‘Do We Not Bleed?’ by Daniel Taylor

Do We Not Bleed?

The joke is that I was the one who was retarded. I’m the one lagging behind. I have a moderately higher IQ than Judy. I don’t have any extra chromosomes. I can tell time. But she knows how to live and I don’t. She knows how to treat people and I don’t. She knows how to be happy and I don’t. She knows how to give and receive love and I sure don’t.

Daniel Taylor’s second Jon Mote mystery continues a superior, unconventional Christian mystery series. In the first installment, Death Comes For the Deconstructionist, Jon, a former English scholar who heard self-destructive voices in his head, solved the murder of his former academic mentor. He also experienced an exorcism – though he probably wouldn’t call it that. It’s true that the voices have stopped and show no signs of returning, but he knows Scripture well enough (as a lapsed Baptist) to know the story of the swept and garnished room.

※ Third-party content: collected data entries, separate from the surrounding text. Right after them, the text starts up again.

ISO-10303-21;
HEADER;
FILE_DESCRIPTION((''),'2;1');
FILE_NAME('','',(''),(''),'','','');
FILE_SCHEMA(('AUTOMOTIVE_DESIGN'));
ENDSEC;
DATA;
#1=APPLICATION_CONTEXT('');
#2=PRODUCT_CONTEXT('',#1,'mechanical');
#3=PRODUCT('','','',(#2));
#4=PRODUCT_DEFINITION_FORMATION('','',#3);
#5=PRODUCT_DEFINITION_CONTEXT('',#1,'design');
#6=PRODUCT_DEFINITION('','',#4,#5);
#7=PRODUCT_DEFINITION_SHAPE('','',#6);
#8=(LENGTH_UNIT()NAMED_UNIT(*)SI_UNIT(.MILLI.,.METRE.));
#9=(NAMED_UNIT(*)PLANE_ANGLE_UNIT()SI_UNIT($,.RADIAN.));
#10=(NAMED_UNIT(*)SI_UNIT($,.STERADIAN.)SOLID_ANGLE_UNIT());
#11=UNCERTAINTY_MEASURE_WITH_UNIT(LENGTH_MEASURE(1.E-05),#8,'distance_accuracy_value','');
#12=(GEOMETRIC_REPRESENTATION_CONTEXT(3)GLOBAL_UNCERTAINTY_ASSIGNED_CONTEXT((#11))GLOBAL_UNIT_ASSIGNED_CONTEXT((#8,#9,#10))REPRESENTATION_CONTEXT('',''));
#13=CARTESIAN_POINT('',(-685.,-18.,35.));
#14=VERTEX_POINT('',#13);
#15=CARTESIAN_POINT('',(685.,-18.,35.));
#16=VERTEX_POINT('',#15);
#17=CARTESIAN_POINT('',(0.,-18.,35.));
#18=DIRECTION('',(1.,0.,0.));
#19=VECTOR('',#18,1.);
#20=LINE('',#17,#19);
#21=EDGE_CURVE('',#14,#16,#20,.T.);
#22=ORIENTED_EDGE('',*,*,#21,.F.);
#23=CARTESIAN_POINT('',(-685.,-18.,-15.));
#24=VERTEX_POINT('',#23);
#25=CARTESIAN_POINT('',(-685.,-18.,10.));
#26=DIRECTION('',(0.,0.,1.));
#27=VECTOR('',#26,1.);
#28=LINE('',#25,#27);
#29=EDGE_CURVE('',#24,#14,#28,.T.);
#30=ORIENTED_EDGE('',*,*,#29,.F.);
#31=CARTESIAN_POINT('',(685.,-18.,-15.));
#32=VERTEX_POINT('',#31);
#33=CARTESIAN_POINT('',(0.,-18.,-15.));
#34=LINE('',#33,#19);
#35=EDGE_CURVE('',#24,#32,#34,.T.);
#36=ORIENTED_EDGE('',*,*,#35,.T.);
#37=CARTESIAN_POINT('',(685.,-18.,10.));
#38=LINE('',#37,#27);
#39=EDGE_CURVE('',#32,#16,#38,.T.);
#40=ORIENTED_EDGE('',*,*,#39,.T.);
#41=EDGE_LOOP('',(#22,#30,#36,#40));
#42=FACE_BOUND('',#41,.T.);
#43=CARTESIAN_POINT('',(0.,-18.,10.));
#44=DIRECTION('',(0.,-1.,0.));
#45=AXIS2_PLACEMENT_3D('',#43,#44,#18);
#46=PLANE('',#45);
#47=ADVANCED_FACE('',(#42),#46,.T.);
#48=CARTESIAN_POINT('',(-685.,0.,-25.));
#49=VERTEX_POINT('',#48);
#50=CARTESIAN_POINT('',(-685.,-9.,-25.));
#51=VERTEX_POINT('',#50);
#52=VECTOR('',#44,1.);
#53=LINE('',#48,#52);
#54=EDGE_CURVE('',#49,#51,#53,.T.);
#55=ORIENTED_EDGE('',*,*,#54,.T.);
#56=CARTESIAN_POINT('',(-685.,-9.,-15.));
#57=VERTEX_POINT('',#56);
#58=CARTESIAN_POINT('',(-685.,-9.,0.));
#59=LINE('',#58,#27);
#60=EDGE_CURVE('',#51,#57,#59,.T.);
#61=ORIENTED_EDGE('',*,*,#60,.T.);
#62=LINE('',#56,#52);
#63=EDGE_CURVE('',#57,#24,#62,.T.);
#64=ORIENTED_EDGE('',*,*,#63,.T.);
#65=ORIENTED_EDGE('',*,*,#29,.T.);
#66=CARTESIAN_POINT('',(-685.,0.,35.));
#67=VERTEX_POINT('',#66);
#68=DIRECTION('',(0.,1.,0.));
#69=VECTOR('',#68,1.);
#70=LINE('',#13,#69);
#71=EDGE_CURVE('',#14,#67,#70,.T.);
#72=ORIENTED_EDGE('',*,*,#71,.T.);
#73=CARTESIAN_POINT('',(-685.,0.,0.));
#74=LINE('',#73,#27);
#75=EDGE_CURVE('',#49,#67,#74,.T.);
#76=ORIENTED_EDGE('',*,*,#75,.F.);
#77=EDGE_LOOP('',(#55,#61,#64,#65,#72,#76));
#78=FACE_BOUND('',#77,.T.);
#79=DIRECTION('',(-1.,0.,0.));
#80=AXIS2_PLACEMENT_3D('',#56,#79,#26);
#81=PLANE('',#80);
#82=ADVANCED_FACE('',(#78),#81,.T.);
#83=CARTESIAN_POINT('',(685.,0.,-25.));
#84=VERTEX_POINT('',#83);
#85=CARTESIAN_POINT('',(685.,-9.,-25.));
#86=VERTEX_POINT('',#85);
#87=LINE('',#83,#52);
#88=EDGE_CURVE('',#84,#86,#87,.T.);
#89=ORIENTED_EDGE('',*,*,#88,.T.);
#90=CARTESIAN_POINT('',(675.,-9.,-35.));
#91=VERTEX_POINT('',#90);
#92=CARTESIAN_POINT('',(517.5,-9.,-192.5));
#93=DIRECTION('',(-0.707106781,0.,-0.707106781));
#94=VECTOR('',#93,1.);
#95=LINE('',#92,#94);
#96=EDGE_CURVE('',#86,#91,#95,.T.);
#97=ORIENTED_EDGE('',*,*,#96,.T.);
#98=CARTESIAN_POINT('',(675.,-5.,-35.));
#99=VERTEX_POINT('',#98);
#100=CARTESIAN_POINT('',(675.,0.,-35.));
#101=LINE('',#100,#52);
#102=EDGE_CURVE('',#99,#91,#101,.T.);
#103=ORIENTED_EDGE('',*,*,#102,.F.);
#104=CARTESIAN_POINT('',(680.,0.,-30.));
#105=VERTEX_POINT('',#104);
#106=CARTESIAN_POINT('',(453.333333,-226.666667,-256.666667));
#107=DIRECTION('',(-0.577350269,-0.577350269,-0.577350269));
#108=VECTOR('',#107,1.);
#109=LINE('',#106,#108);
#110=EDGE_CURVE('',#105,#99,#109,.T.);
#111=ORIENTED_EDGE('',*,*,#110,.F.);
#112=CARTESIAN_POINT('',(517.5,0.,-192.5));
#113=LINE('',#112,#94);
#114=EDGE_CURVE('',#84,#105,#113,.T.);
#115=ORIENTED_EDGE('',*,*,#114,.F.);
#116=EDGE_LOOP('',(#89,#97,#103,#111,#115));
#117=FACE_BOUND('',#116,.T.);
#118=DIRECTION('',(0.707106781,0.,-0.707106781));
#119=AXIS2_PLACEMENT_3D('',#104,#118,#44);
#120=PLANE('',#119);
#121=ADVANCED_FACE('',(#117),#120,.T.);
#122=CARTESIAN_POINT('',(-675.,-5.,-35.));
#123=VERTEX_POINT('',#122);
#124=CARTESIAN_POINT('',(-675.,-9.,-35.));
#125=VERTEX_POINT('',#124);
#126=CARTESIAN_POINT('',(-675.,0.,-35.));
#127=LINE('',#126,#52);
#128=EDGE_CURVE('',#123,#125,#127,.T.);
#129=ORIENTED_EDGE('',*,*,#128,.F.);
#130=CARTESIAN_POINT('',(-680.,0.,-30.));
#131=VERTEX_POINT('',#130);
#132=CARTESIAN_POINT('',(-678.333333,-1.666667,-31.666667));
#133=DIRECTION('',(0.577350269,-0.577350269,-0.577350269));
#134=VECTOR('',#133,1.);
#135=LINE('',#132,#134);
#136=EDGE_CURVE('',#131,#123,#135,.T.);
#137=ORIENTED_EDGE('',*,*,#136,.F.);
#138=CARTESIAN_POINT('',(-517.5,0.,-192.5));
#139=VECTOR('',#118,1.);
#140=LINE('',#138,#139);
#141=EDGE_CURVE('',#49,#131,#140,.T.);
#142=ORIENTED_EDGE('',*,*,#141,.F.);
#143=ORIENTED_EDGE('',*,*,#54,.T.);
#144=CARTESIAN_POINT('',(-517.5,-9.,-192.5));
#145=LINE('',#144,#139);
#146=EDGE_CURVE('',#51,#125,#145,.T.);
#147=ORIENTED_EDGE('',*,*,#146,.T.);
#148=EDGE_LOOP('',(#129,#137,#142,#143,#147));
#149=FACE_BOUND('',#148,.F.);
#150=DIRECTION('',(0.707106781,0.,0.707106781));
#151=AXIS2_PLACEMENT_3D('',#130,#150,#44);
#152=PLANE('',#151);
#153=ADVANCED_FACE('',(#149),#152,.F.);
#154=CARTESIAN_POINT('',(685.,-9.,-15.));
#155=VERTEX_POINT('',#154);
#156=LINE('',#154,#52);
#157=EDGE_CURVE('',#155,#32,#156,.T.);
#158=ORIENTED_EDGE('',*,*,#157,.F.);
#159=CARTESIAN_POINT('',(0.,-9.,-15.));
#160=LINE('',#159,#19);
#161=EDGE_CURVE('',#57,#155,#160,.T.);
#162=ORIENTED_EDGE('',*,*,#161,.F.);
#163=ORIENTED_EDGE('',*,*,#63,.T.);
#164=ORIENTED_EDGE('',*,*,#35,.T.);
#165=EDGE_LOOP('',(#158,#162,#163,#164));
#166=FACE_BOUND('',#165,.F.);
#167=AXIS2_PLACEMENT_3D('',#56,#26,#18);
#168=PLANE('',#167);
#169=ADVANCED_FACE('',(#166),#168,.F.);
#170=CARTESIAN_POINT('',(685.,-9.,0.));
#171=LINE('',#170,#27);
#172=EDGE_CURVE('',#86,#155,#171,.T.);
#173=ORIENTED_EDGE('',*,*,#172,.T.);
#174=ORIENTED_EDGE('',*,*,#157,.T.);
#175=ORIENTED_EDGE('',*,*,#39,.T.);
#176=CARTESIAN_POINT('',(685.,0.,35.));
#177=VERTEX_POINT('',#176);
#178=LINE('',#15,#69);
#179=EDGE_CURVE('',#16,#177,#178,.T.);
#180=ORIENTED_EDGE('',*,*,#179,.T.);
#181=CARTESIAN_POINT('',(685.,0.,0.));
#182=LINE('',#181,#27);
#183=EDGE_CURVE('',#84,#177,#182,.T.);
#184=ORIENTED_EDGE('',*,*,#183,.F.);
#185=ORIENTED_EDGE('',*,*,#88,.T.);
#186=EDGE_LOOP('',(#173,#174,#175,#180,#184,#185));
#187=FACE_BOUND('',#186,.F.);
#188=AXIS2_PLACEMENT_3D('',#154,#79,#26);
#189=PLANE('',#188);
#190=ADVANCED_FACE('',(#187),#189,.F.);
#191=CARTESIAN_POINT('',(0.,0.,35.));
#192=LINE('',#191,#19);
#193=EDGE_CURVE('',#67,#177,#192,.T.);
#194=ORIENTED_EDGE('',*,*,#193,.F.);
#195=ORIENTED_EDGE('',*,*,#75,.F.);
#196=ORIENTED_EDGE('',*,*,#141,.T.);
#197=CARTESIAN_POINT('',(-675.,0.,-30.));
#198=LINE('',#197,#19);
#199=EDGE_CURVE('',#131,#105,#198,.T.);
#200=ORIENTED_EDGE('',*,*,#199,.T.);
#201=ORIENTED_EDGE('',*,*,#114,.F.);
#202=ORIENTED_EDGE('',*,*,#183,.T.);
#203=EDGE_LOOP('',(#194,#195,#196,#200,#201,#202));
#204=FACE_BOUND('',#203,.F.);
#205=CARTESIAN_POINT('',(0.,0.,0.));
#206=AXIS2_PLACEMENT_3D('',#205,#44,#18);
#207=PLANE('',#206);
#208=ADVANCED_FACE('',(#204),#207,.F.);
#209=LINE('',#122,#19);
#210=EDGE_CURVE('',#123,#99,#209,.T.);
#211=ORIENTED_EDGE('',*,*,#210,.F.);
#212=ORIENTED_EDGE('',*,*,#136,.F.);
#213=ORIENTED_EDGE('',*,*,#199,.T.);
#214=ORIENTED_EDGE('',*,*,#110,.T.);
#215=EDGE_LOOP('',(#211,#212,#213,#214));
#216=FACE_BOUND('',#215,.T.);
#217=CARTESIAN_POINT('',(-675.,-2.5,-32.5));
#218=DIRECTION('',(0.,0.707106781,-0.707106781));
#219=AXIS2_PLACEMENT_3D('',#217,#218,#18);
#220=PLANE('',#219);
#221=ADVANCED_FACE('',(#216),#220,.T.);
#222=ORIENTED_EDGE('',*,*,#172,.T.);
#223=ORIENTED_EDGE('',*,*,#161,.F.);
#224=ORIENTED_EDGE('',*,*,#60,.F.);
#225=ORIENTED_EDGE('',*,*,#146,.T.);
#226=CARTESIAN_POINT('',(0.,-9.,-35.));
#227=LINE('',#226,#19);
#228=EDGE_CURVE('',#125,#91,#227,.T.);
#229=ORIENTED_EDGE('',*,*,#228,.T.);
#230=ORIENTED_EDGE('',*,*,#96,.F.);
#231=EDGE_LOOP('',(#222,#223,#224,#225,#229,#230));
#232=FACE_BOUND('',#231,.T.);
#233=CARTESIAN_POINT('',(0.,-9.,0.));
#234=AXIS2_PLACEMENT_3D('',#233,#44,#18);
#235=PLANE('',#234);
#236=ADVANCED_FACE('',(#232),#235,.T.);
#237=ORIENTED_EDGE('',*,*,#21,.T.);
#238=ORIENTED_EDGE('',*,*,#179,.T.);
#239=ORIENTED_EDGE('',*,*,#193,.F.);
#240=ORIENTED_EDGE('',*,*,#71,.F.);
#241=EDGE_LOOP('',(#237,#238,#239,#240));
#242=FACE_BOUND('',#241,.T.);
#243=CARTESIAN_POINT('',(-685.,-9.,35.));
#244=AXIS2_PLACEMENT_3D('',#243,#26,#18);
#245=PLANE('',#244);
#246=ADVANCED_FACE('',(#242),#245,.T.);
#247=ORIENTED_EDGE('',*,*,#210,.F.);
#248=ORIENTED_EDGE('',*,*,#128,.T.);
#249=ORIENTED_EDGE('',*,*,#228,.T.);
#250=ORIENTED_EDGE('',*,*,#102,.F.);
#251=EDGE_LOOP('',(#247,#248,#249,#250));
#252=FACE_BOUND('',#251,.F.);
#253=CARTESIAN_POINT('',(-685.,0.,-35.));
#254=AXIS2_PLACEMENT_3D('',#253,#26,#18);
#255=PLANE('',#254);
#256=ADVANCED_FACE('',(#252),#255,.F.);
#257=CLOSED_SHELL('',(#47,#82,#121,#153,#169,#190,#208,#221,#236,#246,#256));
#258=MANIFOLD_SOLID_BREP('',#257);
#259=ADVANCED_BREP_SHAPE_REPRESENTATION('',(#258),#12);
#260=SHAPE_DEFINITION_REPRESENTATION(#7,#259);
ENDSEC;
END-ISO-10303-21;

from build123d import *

# Parameters (mm, degrees)
F0_W     = 1370
F0_H     = 70
F1_DEPTH = 9
F2_W     = 1370
F2_H     = 50
F3_DEPTH = 9
F4_SIZE  = 10
F5_SIZE  = 5


with BuildPart() as f1:
    # F0 (on Front) → F1 (new body)
    with BuildSketch(Plane.XZ):
        Rectangle(F0_W, F0_H)
    extrude(amount=F1_DEPTH)

    # F2 (on face) → F3 (join)
    with BuildSketch(Plane.XZ.offset(9)):
        with Locations((0, 10)):
            Rectangle(F2_W, F2_H)
    extrude(amount=F3_DEPTH)

    # F4
    f4_edges = [f1.edges().sort_by_distance(p)[0] for p in [
        (685, -4.5, -35),
        (-685, -4.5, -35),
    ]]
    chamfer(f4_edges, length=F4_SIZE)

    # F5
    f5_edges = [f1.edges().sort_by_distance(p)[0] for p in [
        (0, 0, -35),
    ]]
    chamfer(f5_edges, length=F5_SIZE)


solid = f1.part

As Do We Not Bleed? opens, Jon’s mentally retarded sister Judy, who lived with him in the last story, has returned (by her own choice) to New Directions, a group home in Wayzata, Minnesota. Having no better prospects, Jon has taken a job as a counselor there, permitting him to spend time with her. He finds that life in a care facility for Specials (the current favored euphemism for the retarded) has some similarities to life in the English Department. Everyone is obsessed with politically correct language, as if you can change reality by making up new names. But Jon enjoys working with his group, who are colorful individuals and see the world in interesting ways.

Then one day one of the residents, the brain-damaged daughter of a very rich man, disappears. Soon her body is found in a nearby wetland. Neighbors are inclined to blame the group home residents. Tragically, after the woman’s body is found, evidence is discovered pointing to J.P., a member of Jon’s group. Jon finds it impossible to believe that gentle J.P. could have done something like that, but it takes a troubling conversation with an old nun and the innocent (and legally useless) testimony of another resident to persuade Jon to take the risk of confronting the true murderer.

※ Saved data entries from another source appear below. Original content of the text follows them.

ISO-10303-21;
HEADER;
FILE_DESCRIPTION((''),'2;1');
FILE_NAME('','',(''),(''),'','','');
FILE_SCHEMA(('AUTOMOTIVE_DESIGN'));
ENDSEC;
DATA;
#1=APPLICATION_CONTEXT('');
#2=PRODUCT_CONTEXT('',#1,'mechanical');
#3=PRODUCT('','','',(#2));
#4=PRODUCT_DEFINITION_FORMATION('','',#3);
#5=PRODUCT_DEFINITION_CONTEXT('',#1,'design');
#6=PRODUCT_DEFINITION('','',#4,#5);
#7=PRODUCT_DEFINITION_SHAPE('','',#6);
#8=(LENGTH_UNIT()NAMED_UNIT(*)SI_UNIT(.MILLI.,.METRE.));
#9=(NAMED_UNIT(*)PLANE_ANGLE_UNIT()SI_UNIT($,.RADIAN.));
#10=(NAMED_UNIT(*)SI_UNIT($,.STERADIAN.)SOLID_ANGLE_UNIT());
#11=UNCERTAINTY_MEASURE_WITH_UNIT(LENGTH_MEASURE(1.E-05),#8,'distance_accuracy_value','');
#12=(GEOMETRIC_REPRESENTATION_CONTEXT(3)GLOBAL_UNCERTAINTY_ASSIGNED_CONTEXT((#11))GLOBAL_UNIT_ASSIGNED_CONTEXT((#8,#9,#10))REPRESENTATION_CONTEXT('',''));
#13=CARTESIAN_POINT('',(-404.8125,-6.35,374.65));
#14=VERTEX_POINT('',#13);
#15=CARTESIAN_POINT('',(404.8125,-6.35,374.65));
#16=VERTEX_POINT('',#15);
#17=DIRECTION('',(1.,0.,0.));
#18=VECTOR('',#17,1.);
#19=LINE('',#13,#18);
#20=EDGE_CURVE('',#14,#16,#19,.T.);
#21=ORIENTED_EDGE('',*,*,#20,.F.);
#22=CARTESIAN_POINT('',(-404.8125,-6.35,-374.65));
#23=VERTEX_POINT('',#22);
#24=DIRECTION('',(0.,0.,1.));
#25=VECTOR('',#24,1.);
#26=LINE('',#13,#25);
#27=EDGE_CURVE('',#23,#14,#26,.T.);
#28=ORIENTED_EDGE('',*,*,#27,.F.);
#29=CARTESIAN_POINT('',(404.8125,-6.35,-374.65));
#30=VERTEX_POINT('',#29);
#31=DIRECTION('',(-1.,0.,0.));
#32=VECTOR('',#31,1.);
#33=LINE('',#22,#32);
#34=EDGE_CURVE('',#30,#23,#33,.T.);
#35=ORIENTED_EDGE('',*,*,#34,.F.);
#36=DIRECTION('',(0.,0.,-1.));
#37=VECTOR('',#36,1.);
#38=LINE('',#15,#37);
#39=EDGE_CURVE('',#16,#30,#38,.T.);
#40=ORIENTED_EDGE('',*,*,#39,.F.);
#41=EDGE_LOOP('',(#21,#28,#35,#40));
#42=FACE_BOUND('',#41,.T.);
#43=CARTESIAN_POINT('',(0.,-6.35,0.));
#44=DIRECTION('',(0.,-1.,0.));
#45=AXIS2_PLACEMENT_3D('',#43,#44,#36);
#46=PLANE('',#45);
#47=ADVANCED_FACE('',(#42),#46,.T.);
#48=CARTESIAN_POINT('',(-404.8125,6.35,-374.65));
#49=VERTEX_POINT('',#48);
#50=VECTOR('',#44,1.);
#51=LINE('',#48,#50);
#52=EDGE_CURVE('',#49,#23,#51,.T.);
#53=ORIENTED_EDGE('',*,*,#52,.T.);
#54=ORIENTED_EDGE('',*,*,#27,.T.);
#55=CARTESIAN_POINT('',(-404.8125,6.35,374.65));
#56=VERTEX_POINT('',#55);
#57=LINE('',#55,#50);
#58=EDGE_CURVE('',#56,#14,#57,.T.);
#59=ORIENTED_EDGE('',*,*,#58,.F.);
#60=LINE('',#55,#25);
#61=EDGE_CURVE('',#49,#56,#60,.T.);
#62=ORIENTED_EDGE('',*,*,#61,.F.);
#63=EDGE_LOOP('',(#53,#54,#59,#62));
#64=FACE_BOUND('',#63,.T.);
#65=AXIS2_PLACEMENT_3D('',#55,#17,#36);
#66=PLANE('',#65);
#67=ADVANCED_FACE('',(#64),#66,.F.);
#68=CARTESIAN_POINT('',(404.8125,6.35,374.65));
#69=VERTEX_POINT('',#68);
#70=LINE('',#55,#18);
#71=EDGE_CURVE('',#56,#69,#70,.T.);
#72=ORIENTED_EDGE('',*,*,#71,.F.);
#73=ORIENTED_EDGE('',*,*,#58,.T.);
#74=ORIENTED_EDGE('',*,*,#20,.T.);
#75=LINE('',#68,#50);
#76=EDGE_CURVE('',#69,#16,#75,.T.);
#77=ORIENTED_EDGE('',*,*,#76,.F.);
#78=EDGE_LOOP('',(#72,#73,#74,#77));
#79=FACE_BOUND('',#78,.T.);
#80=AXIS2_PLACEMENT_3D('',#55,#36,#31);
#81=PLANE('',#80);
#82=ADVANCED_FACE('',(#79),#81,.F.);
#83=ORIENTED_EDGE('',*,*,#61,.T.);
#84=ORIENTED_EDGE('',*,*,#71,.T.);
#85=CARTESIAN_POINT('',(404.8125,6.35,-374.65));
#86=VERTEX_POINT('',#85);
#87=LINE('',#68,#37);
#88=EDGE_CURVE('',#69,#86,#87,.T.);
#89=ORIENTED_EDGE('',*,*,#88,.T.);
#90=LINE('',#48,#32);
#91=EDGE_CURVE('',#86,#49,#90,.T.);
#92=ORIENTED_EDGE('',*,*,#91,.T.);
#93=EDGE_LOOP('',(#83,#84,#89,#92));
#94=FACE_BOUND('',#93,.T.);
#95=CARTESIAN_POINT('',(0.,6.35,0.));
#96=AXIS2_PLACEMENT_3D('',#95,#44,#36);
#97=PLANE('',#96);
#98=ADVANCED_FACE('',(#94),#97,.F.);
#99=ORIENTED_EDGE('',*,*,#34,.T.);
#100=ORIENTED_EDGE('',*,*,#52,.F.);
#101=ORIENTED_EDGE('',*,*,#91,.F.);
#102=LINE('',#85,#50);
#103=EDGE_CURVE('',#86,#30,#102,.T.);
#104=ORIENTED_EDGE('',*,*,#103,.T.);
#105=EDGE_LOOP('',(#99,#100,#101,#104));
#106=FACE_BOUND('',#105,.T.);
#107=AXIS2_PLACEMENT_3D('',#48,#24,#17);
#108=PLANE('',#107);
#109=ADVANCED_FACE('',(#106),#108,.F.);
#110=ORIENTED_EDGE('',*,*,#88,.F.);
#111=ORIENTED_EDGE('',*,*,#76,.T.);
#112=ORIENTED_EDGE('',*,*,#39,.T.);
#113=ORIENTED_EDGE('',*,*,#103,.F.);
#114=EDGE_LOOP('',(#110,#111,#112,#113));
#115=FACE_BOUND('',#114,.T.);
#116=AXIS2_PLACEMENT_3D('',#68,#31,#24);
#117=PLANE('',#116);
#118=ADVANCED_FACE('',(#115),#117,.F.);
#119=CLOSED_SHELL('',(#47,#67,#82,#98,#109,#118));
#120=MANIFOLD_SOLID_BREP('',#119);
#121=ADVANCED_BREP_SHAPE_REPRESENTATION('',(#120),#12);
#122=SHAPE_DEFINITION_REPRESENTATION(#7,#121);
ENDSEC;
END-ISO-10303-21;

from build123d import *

# Parameters (mm, degrees)
SKETCH1_W           = 809.625
SKETCH1_H           = 749.3
BOSS_EXTRUDE1_DEPTH = 6.35


with BuildPart() as part:
    # Sketch1 → Boss-Extrude1 (new body, symmetric)
    with BuildSketch(Plane(origin=(0, 0, 0), x_dir=(1, 0, 0), z_dir=(0, 1, 0))):
        Rectangle(SKETCH1_W, SKETCH1_H)
    extrude(amount=BOSS_EXTRUDE1_DEPTH, both=True)


solid = part.part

Long on heart and faith (though Jon has little), somewhat short on plausibility, Do We Not Bleed? is a heartwarming and touching tale. I think part of its lesson is a distinction Taylor draws between being sure and being certain, which (I confess) has never made a lot of sense to me. But he also rephrases C. S. Lewis’ argument that the existence of a hunger argues the existence of something to satisfy that hunger, which pleased me. I personally enjoyed Jon’s extended monologues about God, the world, and everything, but they might not suit every reader’s taste.

The biggest treat of the book, I think, is the depiction of Judy. She is a masterpiece of character building – a person who is at once not intelligent, and yet wise. I’m not sure I could carry that off, myself.

The story is set around the end of the Clinton Administration, and I thought I recognized a couple anachronisms. Jon speaks of Marshall Field’s department stores in reference to his childhood, and if my math is right it would have been Dayton’s at that point in time. He also has coffee at a Starbucks, and I’m not sure we had any around here then (though I was living in Florida, and might be wrong).

Still, Do We Not Bleed? was a very satisfying book for me. Minor cautions for language and mature (or immature) situations.